Blood samples were collected in 5 ml vacutainer serum separator tubes (Becton Dickinson, Franklin Lakes, NJ). Following collection, the serum separator tubes were immediately inverted four times and allowed to clot for 30 min at room temperature. Serum was separated via centrifugation at 3500 r/min for 10 min and 1 ml aliquots were transferred to sterile 2 ml cryovials (Nalgene, Rochester, NY). Samples were stored at −80°C until use.

Saliva

Saliva was collected by the passive drool method, because it is known to detect higher levels of BDNF when compared to the salivette method.²¹ After pooling saliva in their mouth, participants used the saliva collection aid to force the saliva into a vial. At least 2.0 ml of saliva was collected from each participant. Samples were placed on ice immediately until further handling. All samples were centrifuged for 15 min at 4000 r/min to 4°C. Consistent with serum samples, saliva samples were stored at –80°C until analysis.

BDNF ELISA assays

Both saliva and serum BDNF levels were analyzed using an enzyme-linked immunosorbent assay (ELISA) kit (CYT306, Millipore Sigma). Assay of saliva samples were not diluted, while serum samples were diluted to a 1:32 ratio. Each assay was performed in duplicate. ELISA plate readings were performed using a microplate reader (Epoch2; BioTek Instruments, Inc., Winooski, VT, USA). Analysis was performed using Gen5 software (BioTek Instruments, Inc., Winooski, VT, USA).

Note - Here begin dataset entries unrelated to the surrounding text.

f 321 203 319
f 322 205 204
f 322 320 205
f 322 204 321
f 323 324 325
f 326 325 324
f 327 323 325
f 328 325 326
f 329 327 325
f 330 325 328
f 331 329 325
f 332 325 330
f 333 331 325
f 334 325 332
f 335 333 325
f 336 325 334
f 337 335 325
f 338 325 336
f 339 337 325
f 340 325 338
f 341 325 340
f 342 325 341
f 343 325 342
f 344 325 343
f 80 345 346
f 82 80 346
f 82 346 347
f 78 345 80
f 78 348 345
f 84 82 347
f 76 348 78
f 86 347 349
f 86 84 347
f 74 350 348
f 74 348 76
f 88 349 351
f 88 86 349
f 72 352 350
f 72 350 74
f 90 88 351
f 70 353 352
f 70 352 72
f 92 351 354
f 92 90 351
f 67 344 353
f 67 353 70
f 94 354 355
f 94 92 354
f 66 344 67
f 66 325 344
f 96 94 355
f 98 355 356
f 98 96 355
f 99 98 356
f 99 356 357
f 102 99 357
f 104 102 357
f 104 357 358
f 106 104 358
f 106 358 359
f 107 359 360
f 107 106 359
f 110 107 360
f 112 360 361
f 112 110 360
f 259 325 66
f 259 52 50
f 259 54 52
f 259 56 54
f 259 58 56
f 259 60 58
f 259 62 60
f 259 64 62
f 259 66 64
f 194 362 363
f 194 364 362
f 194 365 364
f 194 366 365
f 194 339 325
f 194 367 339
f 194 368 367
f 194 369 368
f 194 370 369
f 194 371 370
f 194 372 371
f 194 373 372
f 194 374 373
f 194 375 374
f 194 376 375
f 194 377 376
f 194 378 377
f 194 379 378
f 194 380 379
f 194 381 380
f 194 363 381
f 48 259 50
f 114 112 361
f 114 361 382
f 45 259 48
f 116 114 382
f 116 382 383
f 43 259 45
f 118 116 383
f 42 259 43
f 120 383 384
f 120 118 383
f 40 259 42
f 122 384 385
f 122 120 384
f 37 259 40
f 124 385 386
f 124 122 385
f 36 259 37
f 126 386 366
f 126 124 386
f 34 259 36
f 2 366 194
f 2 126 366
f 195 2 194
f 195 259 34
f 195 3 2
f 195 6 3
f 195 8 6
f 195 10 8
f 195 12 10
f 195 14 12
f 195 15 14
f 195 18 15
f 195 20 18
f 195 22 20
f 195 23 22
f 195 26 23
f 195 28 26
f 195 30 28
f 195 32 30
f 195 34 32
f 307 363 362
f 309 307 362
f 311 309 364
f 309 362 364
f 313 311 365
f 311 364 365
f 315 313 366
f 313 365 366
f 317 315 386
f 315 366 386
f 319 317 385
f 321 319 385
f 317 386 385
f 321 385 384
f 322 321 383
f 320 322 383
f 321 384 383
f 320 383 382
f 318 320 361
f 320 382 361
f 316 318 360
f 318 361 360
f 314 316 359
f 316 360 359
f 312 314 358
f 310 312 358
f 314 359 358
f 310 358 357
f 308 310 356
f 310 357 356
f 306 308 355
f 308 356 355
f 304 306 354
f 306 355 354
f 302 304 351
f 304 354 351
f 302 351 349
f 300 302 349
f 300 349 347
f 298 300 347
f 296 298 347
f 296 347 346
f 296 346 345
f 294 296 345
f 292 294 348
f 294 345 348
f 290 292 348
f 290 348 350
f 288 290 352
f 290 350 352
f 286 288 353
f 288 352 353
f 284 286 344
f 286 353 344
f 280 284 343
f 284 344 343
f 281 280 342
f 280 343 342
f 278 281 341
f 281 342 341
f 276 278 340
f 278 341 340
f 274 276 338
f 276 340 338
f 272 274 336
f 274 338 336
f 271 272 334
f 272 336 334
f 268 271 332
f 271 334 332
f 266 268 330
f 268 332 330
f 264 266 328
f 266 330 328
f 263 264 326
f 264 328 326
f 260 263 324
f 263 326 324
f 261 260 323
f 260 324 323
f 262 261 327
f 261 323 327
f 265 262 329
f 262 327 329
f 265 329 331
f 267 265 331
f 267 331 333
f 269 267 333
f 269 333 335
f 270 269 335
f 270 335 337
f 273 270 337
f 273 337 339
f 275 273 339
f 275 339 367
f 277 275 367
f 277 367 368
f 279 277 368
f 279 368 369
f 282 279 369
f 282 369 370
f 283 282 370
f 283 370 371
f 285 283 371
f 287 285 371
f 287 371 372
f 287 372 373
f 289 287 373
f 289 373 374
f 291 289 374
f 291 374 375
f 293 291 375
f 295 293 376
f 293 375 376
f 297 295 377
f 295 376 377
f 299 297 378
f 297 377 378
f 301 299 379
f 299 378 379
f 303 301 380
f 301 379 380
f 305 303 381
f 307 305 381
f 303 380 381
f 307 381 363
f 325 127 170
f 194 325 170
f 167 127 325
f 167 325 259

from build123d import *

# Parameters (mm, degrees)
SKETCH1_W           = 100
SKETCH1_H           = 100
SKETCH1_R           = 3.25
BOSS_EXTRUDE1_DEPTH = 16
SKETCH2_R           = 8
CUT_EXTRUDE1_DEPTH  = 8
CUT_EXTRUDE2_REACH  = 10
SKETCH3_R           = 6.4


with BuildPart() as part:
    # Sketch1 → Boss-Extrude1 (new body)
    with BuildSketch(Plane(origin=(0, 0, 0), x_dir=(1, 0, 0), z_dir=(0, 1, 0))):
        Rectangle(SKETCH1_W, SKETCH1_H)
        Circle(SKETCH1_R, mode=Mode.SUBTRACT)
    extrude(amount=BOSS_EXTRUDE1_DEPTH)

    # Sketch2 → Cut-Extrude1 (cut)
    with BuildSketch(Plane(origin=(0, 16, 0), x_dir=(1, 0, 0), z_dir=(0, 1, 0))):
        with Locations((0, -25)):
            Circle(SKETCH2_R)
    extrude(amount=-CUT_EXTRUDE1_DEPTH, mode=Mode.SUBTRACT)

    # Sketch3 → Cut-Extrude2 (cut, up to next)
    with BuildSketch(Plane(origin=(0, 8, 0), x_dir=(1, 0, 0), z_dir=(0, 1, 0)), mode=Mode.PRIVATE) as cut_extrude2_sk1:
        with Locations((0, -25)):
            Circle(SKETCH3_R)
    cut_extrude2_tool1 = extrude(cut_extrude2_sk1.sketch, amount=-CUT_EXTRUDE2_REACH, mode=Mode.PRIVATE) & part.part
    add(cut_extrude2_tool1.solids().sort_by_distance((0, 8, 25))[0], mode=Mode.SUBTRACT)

Standard curves were obtained for saliva (R² = .992) and serum (R² = .995).

Statistical analyses

Of the 42 participants, 39 yielded data for the serum analysis, 36 for the saliva analysis, and 35 participants had both serum and saliva data. To assess the relationship between groups (concussion vs. control) and DASS measures, independent samples t-tests were run on each DASS scale and the composite score. Separate analyses of covariance (ANCOVA) were used to test the effect of concussion group on serum and salivary BDNF while controlling for negative affect (i.e. DASS). Single-tailed Pearson correlations were used to test for a (positive) relationship between serum and salivary BDNF measures across the entire sample as well as separately for each group. Pearson correlations were also used to test for a relationship between BDNF levels and days since concussion and days since return-to-play.

Results

Days since return-to-play varied from 1 to 41 days (M = 9.71, SD = ±12.08). Days since concussion varied from 1 to 50 days (M = 26.82, SD = ±13.10). There was no significant relationship between days since concussion and days since return-to-play in the concussion participants, r = .30, p = .20.

DASS questionnaire

The concussion group exhibited significantly higher levels of depression, anxiety, stress, and total DASS measures compared to the control group (see Table 1). Thus, the concussion group displayed a non-specific increase in stress-related negative affect, relative to the control group.

Serum

There was an effect of group on serum BDNF levels, F(1, 36) = 4.13, p < .05, η_p² = .10, where concussion participants (M = 2.00, SE = .099) had greater levels of BDNF than controls (M = 1.70, SE = .097). The total DASS score was not related to serum BDNF levels, F(1, 36) = 1.00, p = .32, η_p² = .03 (Figure 1(a)). For concussion participants, the relationships between serum-based BDNF and days since return-to-play (r = .18, p = .46) as well as days since concussion (r = .25, p = .30) were not statistically significant.

Figure 1.

(a) The concussion group had significantly higher levels of serum BDNF compared to the control group. (b) Salivary BDNF was also higher in the concussion group, but not significantly different than the control group. (c) Salivary and serum BDNF levels were not correlated.

Saliva

Observations of box and whisker plots indicated three outliers (2 concussion and 1 control) that were > three SDs above the respective group M. These outliers were excluded from all analyses involving saliva. There was no effect of group on salivary BDNF levels, F(1, 30) = .36, p = .55, η_p² = .01. BDNF levels in concussion participants (M = .11, SE = .02) did not differ from control participants (M = .09, SE = .02, see Figure 1(b)). The total DASS score was not related to salivary BDNF levels, F(1, 30) = .16, p = .70, η_p² = .00. In the concussion group, a strong positive correlation was found between salivary BDNF and days since return-to-play, r = .69, p = .004. However, no such correlation was found between salivary BDNF and days since concussion, r = .05, p = .87.

Relationship between salivary and serum-based measures of BDNF

Across all participants, the relationship between serum and salivary BDNF was weak and did not reach statistical significance, r = .05, p = .40 (Figure 1(c)). However, a significant relationship was found between salivary and serum BDNF in the concussion (r = .49, p = .03) group, but not the control (r = –.25, p = .16) group. When controlling for time of sample collection and days since concussion, the relationship remained significant, r = .61, p = .01.

Discussion

Elevated serum BDNF was found in collegiate athletes after being cleared to return-to-play following concussion in comparison to controls (see Figure 1(a)). Conversely, there was no difference between groups in salivary BDNF (see Figure 1(b)). In addition, serum and salivary BDNF were not correlated with each other across groups. However, within the concussion group, salivary and serum BDNF were strongly correlated (see Figure 1(c)). Thus, serum-based BDNF appears to be elevated in concussion post return-to-play, but salivary BDNF was not different between groups.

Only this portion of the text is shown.